Stored records:
◇ ◇ ◇ ◇ ◇ ◇ ◇

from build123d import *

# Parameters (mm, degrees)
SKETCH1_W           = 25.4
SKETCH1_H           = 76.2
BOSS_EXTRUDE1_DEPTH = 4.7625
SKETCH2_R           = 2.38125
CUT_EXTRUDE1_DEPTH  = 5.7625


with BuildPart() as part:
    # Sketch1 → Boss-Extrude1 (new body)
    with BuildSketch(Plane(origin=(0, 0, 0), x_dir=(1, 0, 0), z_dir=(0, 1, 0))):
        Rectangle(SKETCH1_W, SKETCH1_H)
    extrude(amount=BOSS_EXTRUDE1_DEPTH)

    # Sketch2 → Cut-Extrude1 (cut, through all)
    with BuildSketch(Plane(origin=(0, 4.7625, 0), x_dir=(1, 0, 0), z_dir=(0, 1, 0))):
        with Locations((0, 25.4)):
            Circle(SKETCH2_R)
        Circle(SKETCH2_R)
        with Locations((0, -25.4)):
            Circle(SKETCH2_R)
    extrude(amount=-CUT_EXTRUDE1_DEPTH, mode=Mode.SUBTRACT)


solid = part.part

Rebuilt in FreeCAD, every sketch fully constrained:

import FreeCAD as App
import Part
import Sketcher
Q = App.Units.Quantity


def add_polygon(sketch, points):
    """Adds a closed chain of lines whose ends are joined by coincident constraints."""
    first, n = sketch.GeometryCount, len(points)
    for a, b in zip(points, points[1:] + points[:1]):
        sketch.addGeometry(Part.LineSegment(App.Vector(*a, 0), App.Vector(*b, 0)), False)
    for i in range(n):
        sketch.addConstraint(Sketcher.Constraint("Coincident", first + i, 2, first + (i + 1) % n, 1))

doc = App.newDocument("Part")
body = doc.addObject("PartDesign::Body", "Body")

# Sketch on XZ plane
sketch1 = doc.addObject("Sketcher::SketchObject", "Sketch")
body.addObject(sketch1)
sketch1.AttachmentSupport = (doc.XZ_Plane, [""])
sketch1.MapMode = "FlatFace"
add_polygon(sketch1, [(-12.7, -38.1), (-12.7, 38.1), (12.7, 38.1), (12.7, -38.1)])  # lines 0-3
sketch1.addConstraint(Sketcher.Constraint("Vertical", 0))
sketch1.addConstraint(Sketcher.Constraint("Horizontal", 1))
sketch1.addConstraint(Sketcher.Constraint("Vertical", 2))
sketch1.addConstraint(Sketcher.Constraint("Horizontal", 3))
sketch1.addConstraint(Sketcher.Constraint("Symmetric", 0, 2, 2, 2, -1, 1))
sketch1.addConstraint(Sketcher.Constraint("DistanceX", 1, 1, 1, 2, Q("1 in")))
sketch1.addConstraint(Sketcher.Constraint("DistanceY", 0, 1, 0, 2, Q("3 in")))
pad1 = doc.addObject("PartDesign::Pad", "Pad")
body.addObject(pad1)
pad1.Profile = sketch1
pad1.Length = Q("0.1875 in")
pad1.Reversed = True

# Sketch on XZ plane
sketch2 = doc.addObject("Sketcher::SketchObject", "Sketch001")
body.addObject(sketch2)
sketch2.AttachmentSupport = (doc.XZ_Plane, [""])
sketch2.MapMode = "FlatFace"
sketch2.AttachmentOffset = App.Placement(App.Vector(0, 0, -0.1875 * 25.4), App.Rotation())
sketch2.addGeometry(Part.Circle(App.Vector(0, -25.4, 0), App.Vector(0, 0, 1), 2.38125), False)
sketch2.addGeometry(Part.Circle(App.Vector(0, 0, 0), App.Vector(0, 0, 1), 2.38125), False)
sketch2.addGeometry(Part.Circle(App.Vector(0, 25.4, 0), App.Vector(0, 0, 1), 2.38125), False)
sketch2.addConstraint(Sketcher.Constraint("Coincident", 1, 3, -1, 1))
sketch2.addConstraint(Sketcher.Constraint("Equal", 0, 1))
sketch2.addConstraint(Sketcher.Constraint("Equal", 1, 2))
sketch2.addConstraint(Sketcher.Constraint("Symmetric", 0, 3, 2, 3, -1, 1))
sketch2.addConstraint(Sketcher.Constraint("PointOnObject", 0, 3, -2))
sketch2.addConstraint(Sketcher.Constraint("Diameter", 0, Q("0.1875 in")))
sketch2.addConstraint(Sketcher.Constraint("DistanceY", 0, 3, -1, 1, Q("1 in")))
pocket1 = doc.addObject("PartDesign::Pocket", "Pocket")
body.addObject(pocket1)
pocket1.Profile = sketch2
pocket1.Type = "ThroughAll"
pocket1.Reversed = True

doc.recompute()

◇ ◇ ◇ ◇ ◇ ◇ ◇

Each entry is to be retyped precisely as it stands.

from build123d import *

# Parameters (mm, degrees)
SKETCH1_W           = 25.4
SKETCH1_H           = 76.2
BOSS_EXTRUDE1_DEPTH = 4.7625
SKETCH2_R           = 2.38125
CUT_EXTRUDE1_DEPTH  = 5.7625


with BuildPart() as part:
    # Sketch1 → Boss-Extrude1 (new body)
    with BuildSketch(Plane(origin=(0, 0, 0), x_dir=(1, 0, 0), z_dir=(0, 1, 0))):
        Rectangle(SKETCH1_W, SKETCH1_H)
    extrude(amount=BOSS_EXTRUDE1_DEPTH)

    # Sketch2 → Cut-Extrude1 (cut, through all)
    with BuildSketch(Plane(origin=(0, 4.7625, 0), x_dir=(1, 0, 0), z_dir=(0, 1, 0))):
        with Locations((0, 25.4)):
            Circle(SKETCH2_R)
        Circle(SKETCH2_R)
        with Locations((0, -25.4)):
            Circle(SKETCH2_R)
    extrude(amount=-CUT_EXTRUDE1_DEPTH, mode=Mode.SUBTRACT)


solid = part.part

Rebuilt in FreeCAD, every sketch fully constrained:

import FreeCAD as App
import Part
import Sketcher
Q = App.Units.Quantity


def add_polygon(sketch, points):
    """Adds a closed chain of lines whose ends are joined by coincident constraints."""
    first, n = sketch.GeometryCount, len(points)
    for a, b in zip(points, points[1:] + points[:1]):
        sketch.addGeometry(Part.LineSegment(App.Vector(*a, 0), App.Vector(*b, 0)), False)
    for i in range(n):
        sketch.addConstraint(Sketcher.Constraint("Coincident", first + i, 2, first + (i + 1) % n, 1))

doc = App.newDocument("Part")
body = doc.addObject("PartDesign::Body", "Body")

# Sketch on XZ plane
sketch1 = doc.addObject("Sketcher::SketchObject", "Sketch")
body.addObject(sketch1)
sketch1.AttachmentSupport = (doc.XZ_Plane, [""])
sketch1.MapMode = "FlatFace"
add_polygon(sketch1, [(-12.7, -38.1), (-12.7, 38.1), (12.7, 38.1), (12.7, -38.1)])  # lines 0-3
sketch1.addConstraint(Sketcher.Constraint("Vertical", 0))
sketch1.addConstraint(Sketcher.Constraint("Horizontal", 1))
sketch1.addConstraint(Sketcher.Constraint("Vertical", 2))
sketch1.addConstraint(Sketcher.Constraint("Horizontal", 3))
sketch1.addConstraint(Sketcher.Constraint("Symmetric", 0, 2, 2, 2, -1, 1))
sketch1.addConstraint(Sketcher.Constraint("DistanceX", 1, 1, 1, 2, Q("1 in")))
sketch1.addConstraint(Sketcher.Constraint("DistanceY", 0, 1, 0, 2, Q("3 in")))
pad1 = doc.addObject("PartDesign::Pad", "Pad")
body.addObject(pad1)
pad1.Profile = sketch1
pad1.Length = Q("0.1875 in")
pad1.Reversed = True

# Sketch on XZ plane
sketch2 = doc.addObject("Sketcher::SketchObject", "Sketch001")
body.addObject(sketch2)
sketch2.AttachmentSupport = (doc.XZ_Plane, [""])
sketch2.MapMode = "FlatFace"
sketch2.AttachmentOffset = App.Placement(App.Vector(0, 0, -0.1875 * 25.4), App.Rotation())
sketch2.addGeometry(Part.Circle(App.Vector(0, -25.4, 0), App.Vector(0, 0, 1), 2.38125), False)
sketch2.addGeometry(Part.Circle(App.Vector(0, 0, 0), App.Vector(0, 0, 1), 2.38125), False)
sketch2.addGeometry(Part.Circle(App.Vector(0, 25.4, 0), App.Vector(0, 0, 1), 2.38125), False)
sketch2.addConstraint(Sketcher.Constraint("Coincident", 1, 3, -1, 1))
sketch2.addConstraint(Sketcher.Constraint("Equal", 0, 1))
sketch2.addConstraint(Sketcher.Constraint("Equal", 1, 2))
sketch2.addConstraint(Sketcher.Constraint("Symmetric", 0, 3, 2, 3, -1, 1))
sketch2.addConstraint(Sketcher.Constraint("PointOnObject", 0, 3, -2))
sketch2.addConstraint(Sketcher.Constraint("Diameter", 0, Q("0.1875 in")))
sketch2.addConstraint(Sketcher.Constraint("DistanceY", 0, 3, -1, 1, Q("1 in")))
pocket1 = doc.addObject("PartDesign::Pocket", "Pocket")
body.addObject(pocket1)
pocket1.Profile = sketch2
pocket1.Type = "ThroughAll"
pocket1.Reversed = True

doc.recompute()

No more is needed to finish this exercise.